*Directions for this task*
Please copy the lines below exactly, from the first one through the line showing "#365=ORIENTED_EDGE('',*,*,#205,.F.);".
Records for the task below:
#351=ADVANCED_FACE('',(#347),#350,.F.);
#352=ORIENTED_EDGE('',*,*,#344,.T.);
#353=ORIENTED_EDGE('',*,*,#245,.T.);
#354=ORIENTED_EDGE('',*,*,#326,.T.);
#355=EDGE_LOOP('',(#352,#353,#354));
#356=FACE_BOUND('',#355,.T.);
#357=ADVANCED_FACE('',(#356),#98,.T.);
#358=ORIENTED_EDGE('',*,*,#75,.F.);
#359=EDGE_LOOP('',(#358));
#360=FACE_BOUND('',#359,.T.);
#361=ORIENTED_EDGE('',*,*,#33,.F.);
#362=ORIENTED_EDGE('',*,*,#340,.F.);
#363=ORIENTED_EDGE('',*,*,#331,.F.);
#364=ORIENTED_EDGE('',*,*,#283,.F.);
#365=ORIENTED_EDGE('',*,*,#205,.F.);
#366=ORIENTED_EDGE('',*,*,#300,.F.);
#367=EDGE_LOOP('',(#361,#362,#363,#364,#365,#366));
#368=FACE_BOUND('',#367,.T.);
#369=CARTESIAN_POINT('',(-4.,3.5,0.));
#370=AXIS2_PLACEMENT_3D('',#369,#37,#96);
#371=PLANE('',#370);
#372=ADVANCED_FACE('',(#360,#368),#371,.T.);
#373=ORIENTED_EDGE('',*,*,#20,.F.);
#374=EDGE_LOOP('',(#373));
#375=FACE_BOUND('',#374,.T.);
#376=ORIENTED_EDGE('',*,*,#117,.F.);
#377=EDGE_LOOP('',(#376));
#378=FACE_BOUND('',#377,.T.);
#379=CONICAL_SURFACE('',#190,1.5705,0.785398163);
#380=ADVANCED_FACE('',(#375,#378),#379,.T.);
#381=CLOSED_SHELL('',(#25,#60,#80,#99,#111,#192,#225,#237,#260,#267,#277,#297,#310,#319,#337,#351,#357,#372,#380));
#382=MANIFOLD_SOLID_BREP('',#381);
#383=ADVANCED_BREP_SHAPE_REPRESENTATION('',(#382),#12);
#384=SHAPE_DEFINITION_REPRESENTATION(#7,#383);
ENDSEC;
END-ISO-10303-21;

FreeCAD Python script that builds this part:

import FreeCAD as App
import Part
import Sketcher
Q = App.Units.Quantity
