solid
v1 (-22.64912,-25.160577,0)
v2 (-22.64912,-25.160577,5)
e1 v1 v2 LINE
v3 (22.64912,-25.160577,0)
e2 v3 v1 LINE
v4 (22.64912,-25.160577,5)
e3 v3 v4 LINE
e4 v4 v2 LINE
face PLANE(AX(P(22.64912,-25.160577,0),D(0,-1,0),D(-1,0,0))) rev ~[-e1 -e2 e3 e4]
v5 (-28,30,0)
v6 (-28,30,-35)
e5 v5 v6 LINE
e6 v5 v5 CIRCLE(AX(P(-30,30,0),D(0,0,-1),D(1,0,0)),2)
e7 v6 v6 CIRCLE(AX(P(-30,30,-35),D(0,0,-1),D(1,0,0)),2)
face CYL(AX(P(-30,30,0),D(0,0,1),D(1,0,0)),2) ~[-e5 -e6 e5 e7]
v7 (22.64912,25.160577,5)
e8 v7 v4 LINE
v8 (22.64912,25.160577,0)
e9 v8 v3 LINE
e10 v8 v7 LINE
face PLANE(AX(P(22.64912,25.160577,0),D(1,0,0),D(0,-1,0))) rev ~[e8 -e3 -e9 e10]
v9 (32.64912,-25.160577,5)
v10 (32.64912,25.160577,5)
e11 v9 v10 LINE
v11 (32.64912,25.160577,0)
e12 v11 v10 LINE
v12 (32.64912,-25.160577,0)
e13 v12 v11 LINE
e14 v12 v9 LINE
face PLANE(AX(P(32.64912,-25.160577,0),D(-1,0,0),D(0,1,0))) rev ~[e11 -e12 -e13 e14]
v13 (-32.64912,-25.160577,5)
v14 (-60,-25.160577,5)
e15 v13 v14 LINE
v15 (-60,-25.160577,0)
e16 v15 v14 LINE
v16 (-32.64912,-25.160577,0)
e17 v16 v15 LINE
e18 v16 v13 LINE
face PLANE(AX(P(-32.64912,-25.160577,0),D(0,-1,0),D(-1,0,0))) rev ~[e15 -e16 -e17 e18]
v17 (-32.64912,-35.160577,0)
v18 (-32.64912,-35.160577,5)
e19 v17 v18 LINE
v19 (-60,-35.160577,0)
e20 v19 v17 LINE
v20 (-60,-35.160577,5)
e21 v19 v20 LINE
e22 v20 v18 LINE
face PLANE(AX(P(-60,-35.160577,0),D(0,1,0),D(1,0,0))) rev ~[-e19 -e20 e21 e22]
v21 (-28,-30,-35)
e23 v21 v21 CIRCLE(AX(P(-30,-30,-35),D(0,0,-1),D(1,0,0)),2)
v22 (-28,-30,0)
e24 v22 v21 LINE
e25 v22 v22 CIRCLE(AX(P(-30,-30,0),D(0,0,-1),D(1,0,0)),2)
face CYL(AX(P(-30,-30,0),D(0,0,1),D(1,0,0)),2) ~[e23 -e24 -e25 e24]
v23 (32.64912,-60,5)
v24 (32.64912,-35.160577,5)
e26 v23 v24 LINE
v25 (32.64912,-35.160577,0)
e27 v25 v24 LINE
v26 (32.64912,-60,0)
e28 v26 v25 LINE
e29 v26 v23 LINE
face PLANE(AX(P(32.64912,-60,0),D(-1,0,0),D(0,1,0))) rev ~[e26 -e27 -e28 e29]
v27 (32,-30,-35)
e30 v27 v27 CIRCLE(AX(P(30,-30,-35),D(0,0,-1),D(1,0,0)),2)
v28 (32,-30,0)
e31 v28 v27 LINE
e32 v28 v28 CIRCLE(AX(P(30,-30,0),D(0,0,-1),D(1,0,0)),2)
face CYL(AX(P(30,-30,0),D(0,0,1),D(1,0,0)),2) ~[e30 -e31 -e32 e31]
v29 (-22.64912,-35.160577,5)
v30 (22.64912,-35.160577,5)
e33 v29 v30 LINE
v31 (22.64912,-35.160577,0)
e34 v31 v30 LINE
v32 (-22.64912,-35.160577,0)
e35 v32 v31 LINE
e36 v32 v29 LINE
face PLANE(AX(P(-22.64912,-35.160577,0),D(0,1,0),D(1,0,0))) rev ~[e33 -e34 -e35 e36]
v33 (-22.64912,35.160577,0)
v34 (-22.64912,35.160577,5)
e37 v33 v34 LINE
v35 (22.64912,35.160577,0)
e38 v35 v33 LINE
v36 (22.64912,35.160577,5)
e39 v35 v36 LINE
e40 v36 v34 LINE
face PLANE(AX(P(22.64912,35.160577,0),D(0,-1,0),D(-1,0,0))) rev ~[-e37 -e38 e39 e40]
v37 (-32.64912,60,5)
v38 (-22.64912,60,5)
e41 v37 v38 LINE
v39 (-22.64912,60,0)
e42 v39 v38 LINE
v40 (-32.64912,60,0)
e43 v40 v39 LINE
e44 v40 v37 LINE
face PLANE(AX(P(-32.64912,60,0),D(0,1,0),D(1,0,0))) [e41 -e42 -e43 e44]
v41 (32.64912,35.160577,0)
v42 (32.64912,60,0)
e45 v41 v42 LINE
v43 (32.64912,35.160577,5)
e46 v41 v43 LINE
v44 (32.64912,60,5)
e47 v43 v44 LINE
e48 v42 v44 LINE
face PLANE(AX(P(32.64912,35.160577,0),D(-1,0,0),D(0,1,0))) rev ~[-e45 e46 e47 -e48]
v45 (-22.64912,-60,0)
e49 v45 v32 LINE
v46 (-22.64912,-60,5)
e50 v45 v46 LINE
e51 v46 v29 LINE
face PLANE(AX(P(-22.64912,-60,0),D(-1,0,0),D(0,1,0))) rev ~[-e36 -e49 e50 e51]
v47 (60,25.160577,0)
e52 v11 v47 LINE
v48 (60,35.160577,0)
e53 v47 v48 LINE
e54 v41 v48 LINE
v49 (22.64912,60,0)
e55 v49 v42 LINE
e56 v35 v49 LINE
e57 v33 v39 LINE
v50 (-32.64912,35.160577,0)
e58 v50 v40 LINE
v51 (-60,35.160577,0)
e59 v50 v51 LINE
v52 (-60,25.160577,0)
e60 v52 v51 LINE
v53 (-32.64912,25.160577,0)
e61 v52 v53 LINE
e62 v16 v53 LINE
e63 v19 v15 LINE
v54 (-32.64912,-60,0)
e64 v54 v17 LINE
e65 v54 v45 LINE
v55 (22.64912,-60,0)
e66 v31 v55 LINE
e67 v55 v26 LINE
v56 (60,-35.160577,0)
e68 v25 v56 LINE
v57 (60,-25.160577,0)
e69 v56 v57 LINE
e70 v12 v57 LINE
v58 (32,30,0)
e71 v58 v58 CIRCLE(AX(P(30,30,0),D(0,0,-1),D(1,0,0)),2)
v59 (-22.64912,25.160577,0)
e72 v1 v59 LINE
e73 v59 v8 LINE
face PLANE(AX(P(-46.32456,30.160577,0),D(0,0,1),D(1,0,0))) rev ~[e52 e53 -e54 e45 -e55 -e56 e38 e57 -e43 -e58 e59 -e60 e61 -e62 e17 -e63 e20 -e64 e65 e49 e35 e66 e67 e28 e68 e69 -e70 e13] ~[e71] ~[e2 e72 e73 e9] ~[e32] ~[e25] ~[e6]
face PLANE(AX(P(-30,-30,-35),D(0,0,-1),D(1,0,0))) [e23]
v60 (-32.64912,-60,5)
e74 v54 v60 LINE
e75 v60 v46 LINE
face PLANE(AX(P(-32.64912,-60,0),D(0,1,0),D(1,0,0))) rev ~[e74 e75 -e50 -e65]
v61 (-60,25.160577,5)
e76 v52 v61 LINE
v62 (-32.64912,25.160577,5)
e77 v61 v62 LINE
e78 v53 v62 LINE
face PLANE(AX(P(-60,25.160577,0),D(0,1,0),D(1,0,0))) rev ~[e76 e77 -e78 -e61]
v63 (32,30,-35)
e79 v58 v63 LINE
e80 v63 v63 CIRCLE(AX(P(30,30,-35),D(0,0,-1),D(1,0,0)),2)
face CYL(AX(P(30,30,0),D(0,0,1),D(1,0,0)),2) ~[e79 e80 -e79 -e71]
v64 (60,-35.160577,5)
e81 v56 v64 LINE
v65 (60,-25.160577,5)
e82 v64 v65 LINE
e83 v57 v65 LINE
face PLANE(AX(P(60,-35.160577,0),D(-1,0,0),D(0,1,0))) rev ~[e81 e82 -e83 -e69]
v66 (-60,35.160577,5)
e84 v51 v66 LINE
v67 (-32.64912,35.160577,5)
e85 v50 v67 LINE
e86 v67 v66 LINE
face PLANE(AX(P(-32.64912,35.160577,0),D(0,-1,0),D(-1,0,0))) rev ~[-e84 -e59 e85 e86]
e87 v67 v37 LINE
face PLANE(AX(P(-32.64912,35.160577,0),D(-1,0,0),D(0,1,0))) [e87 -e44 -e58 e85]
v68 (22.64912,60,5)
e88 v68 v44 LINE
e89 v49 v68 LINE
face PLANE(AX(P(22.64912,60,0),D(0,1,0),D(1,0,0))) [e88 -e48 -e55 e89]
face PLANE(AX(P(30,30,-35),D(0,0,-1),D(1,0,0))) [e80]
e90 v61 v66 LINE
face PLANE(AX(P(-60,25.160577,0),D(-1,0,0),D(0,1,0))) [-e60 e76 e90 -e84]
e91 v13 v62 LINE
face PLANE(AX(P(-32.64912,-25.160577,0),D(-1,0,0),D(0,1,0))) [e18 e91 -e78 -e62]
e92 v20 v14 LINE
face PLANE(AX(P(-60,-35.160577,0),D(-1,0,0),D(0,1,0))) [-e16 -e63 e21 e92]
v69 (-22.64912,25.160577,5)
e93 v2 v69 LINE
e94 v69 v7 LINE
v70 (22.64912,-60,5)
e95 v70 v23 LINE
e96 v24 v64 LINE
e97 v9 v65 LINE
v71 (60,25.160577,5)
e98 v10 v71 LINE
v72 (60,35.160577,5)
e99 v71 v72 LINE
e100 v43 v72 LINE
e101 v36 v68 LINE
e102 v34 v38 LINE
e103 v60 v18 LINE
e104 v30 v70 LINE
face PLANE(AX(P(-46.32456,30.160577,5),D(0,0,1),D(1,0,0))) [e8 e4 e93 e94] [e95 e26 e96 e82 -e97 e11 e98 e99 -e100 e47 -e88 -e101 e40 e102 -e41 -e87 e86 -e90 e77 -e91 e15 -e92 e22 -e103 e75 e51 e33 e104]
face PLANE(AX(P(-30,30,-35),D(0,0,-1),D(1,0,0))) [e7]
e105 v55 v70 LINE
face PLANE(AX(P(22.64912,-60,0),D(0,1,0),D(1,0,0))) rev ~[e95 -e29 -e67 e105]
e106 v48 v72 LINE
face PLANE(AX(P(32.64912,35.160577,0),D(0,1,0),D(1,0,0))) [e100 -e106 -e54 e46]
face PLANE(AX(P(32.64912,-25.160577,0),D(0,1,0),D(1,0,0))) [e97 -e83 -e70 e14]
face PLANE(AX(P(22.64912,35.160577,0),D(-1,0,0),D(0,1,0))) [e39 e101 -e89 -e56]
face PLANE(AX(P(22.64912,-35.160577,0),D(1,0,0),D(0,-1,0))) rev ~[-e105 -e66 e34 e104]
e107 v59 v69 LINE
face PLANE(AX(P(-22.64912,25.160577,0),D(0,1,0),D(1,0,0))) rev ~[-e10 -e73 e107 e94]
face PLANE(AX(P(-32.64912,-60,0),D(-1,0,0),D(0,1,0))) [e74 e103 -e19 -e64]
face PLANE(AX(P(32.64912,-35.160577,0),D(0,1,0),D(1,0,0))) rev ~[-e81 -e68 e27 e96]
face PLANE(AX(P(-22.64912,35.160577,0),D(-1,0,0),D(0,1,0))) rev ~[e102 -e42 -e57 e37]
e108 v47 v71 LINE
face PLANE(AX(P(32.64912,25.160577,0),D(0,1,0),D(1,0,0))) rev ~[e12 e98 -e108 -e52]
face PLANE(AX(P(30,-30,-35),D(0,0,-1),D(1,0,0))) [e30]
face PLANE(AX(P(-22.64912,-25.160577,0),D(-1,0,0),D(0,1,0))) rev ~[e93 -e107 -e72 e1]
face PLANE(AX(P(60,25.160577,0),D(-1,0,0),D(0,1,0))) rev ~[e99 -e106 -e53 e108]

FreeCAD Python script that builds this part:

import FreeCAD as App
import Part
import Sketcher
from FreeCAD import Vector


def add_polygon(sketch, points):
    """Adds a closed chain of lines whose ends are joined by coincident constraints."""
    first, n = sketch.GeometryCount, len(points)
    for a, b in zip(points, points[1:] + points[:1]):
        sketch.addGeometry(Part.LineSegment(App.Vector(*a, 0), App.Vector(*b, 0)), False)
    for i in range(n):
        sketch.addConstraint(Sketcher.Constraint("Coincident", first + i, 2, first + (i + 1) % n, 1))

doc = App.newDocument("Part")
body = doc.addObject("PartDesign::Body", "Body")

# Sketch on XY plane
sketch1 = doc.addObject("Sketcher::SketchObject", "Sketch")
body.addObject(sketch1)
sketch1.AttachmentSupport = (doc.XY_Plane, [""])
sketch1.MapMode = "FlatFace"
add_polygon(sketch1, [(-60, 35), (-60, 25), (-33, 25), (-33, -25), (-60, -25), (-60, -35), (-33, -35), (-33, -60), (-23, -60), (-23, -35), (23, -35), (23, -60), (33, -60), (33, -35), (60, -35), (60, -25), (33, -25), (33, 25), (60, 25), (60, 35), (33, 35), (33, 60), (23, 60), (23, 35), (-23, 35), (-23, 60), (-33, 60), (-33, 35)])  # lines 0-27
add_polygon(sketch1, [(-23, 25), (23, 25), (23, -25), (-23, -25)])  # lines 28-31
sketch1.addConstraint([
    Sketcher.Constraint("Vertical", 0),
    Sketcher.Constraint("Horizontal", 1),
    Sketcher.Constraint("Vertical", 2),
    Sketcher.Constraint("Horizontal", 3),
    Sketcher.Constraint("Vertical", 4),
    Sketcher.Constraint("Horizontal", 5),
    Sketcher.Constraint("Vertical", 6),
    Sketcher.Constraint("Horizontal", 7),
    Sketcher.Constraint("Vertical", 8),
    Sketcher.Constraint("Horizontal", 9),
    Sketcher.Constraint("Vertical", 10),
    Sketcher.Constraint("Horizontal", 11),
    Sketcher.Constraint("Vertical", 12),
    Sketcher.Constraint("Horizontal", 13),
    Sketcher.Constraint("Vertical", 14),
    Sketcher.Constraint("Horizontal", 15),
    Sketcher.Constraint("Vertical", 16),
    Sketcher.Constraint("Horizontal", 17),
    Sketcher.Constraint("Vertical", 18),
    Sketcher.Constraint("Horizontal", 19),
    Sketcher.Constraint("Vertical", 20),
    Sketcher.Constraint("Horizontal", 21),
    Sketcher.Constraint("Vertical", 22),
    Sketcher.Constraint("Horizontal", 23),
    Sketcher.Constraint("Vertical", 24),
    Sketcher.Constraint("Horizontal", 25),
    Sketcher.Constraint("Vertical", 26),
    Sketcher.Constraint("Horizontal", 27),
    Sketcher.Constraint("Horizontal", 28),
    Sketcher.Constraint("Vertical", 29),
    Sketcher.Constraint("Horizontal", 30),
    Sketcher.Constraint("Vertical", 31),
    Sketcher.Constraint("Symmetric", 0, 2, 14, 2, -1, 1),
    Sketcher.Constraint("Symmetric", 2, 2, 16, 2, -1, 1),
    Sketcher.Constraint("Symmetric", 4, 2, 18, 2, -1, 1),
    Sketcher.Constraint("Symmetric", 6, 2, 20, 2, -1, 1),
    Sketcher.Constraint("Symmetric", 8, 2, 22, 2, -1, 1),
    Sketcher.Constraint("Symmetric", 10, 2, 24, 2, -1, 1),
    Sketcher.Constraint("Symmetric", 12, 2, 26, 2, -1, 1),
    Sketcher.Constraint("Symmetric", 28, 2, 30, 2, -1, 1),
    Sketcher.Constraint("Symmetric", 7, 2, 10, 2, -2),
    Sketcher.Constraint("Symmetric", 5, 2, 12, 2, -2),
    Sketcher.Constraint("Symmetric", 3, 2, 14, 2, -2),
    Sketcher.Constraint("Horizontal", 5, 2, 8, 2),
    Sketcher.Constraint("Horizontal", 17, 2, 28, 2),
    Sketcher.Constraint("Vertical", 2, 2, 5, 2),
    Sketcher.Constraint("Vertical", 22, 2, 28, 2),
    Sketcher.Constraint("Equal", 25, 0),
    Sketcher.Constraint("DistanceX", 7, 1, 7, 2, 10.0),
    Sketcher.Constraint("DistanceX", 0, 2, -1, 1, 60.0),
    Sketcher.Constraint("DistanceY", 6, 2, -1, 1, 60.0),
    Sketcher.Constraint("DistanceX", 1, 1, 1, 2, 27.35088),
    Sketcher.Constraint("DistanceY", 2, 2, 2, 1, 50.321154),
])
pad1 = doc.addObject("PartDesign::Pad", "Pad")
body.addObject(pad1)
pad1.Profile = sketch1
pad1.Length = 5

# Sketch on XY plane
sketch2 = doc.addObject("Sketcher::SketchObject", "Sketch001")
body.addObject(sketch2)
sketch2.AttachmentSupport = (doc.XY_Plane, [""])
sketch2.MapMode = "FlatFace"
sketch2.addGeometry([
    Part.Circle(Vector(-30, -30, 0), Vector(0, 0, 1), 2),
    Part.Circle(Vector(30, -30, 0), Vector(0, 0, 1), 2),
    Part.Circle(Vector(30, 30, 0), Vector(0, 0, 1), 2),
    Part.Circle(Vector(-30, 30, 0), Vector(0, 0, 1), 2),
], False)
sketch2.addConstraint([
    Sketcher.Constraint("Equal", 0, 1),
    Sketcher.Constraint("Equal", 1, 2),
    Sketcher.Constraint("Equal", 2, 3),
    Sketcher.Constraint("Symmetric", 0, 3, 2, 3, -1, 1),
End of Records for the task.
*Exercise response*
#351=ADVANCED_FACE('',(#347),#350,.F.);
#352=ORIENTED_EDGE('',*,*,#344,.T.);
#353=ORIENTED_EDGE('',*,*,#245,.T.);
#354=ORIENTED_EDGE('',*,*,#326,.T.);
#355=EDGE_LOOP('',(#352,#353,#354));
#356=FACE_BOUND('',#355,.T.);
#357=ADVANCED_FACE('',(#356),#98,.T.);
#358=ORIENTED_EDGE('',*,*,#75,.F.);
#359=EDGE_LOOP('',(#358));
#360=FACE_BOUND('',#359,.T.);
#361=ORIENTED_EDGE('',*,*,#33,.F.);
#362=ORIENTED_EDGE('',*,*,#340,.F.);
#363=ORIENTED_EDGE('',*,*,#331,.F.);
#364=ORIENTED_EDGE('',*,*,#283,.F.);
#365=ORIENTED_EDGE('',*,*,#205,.F.);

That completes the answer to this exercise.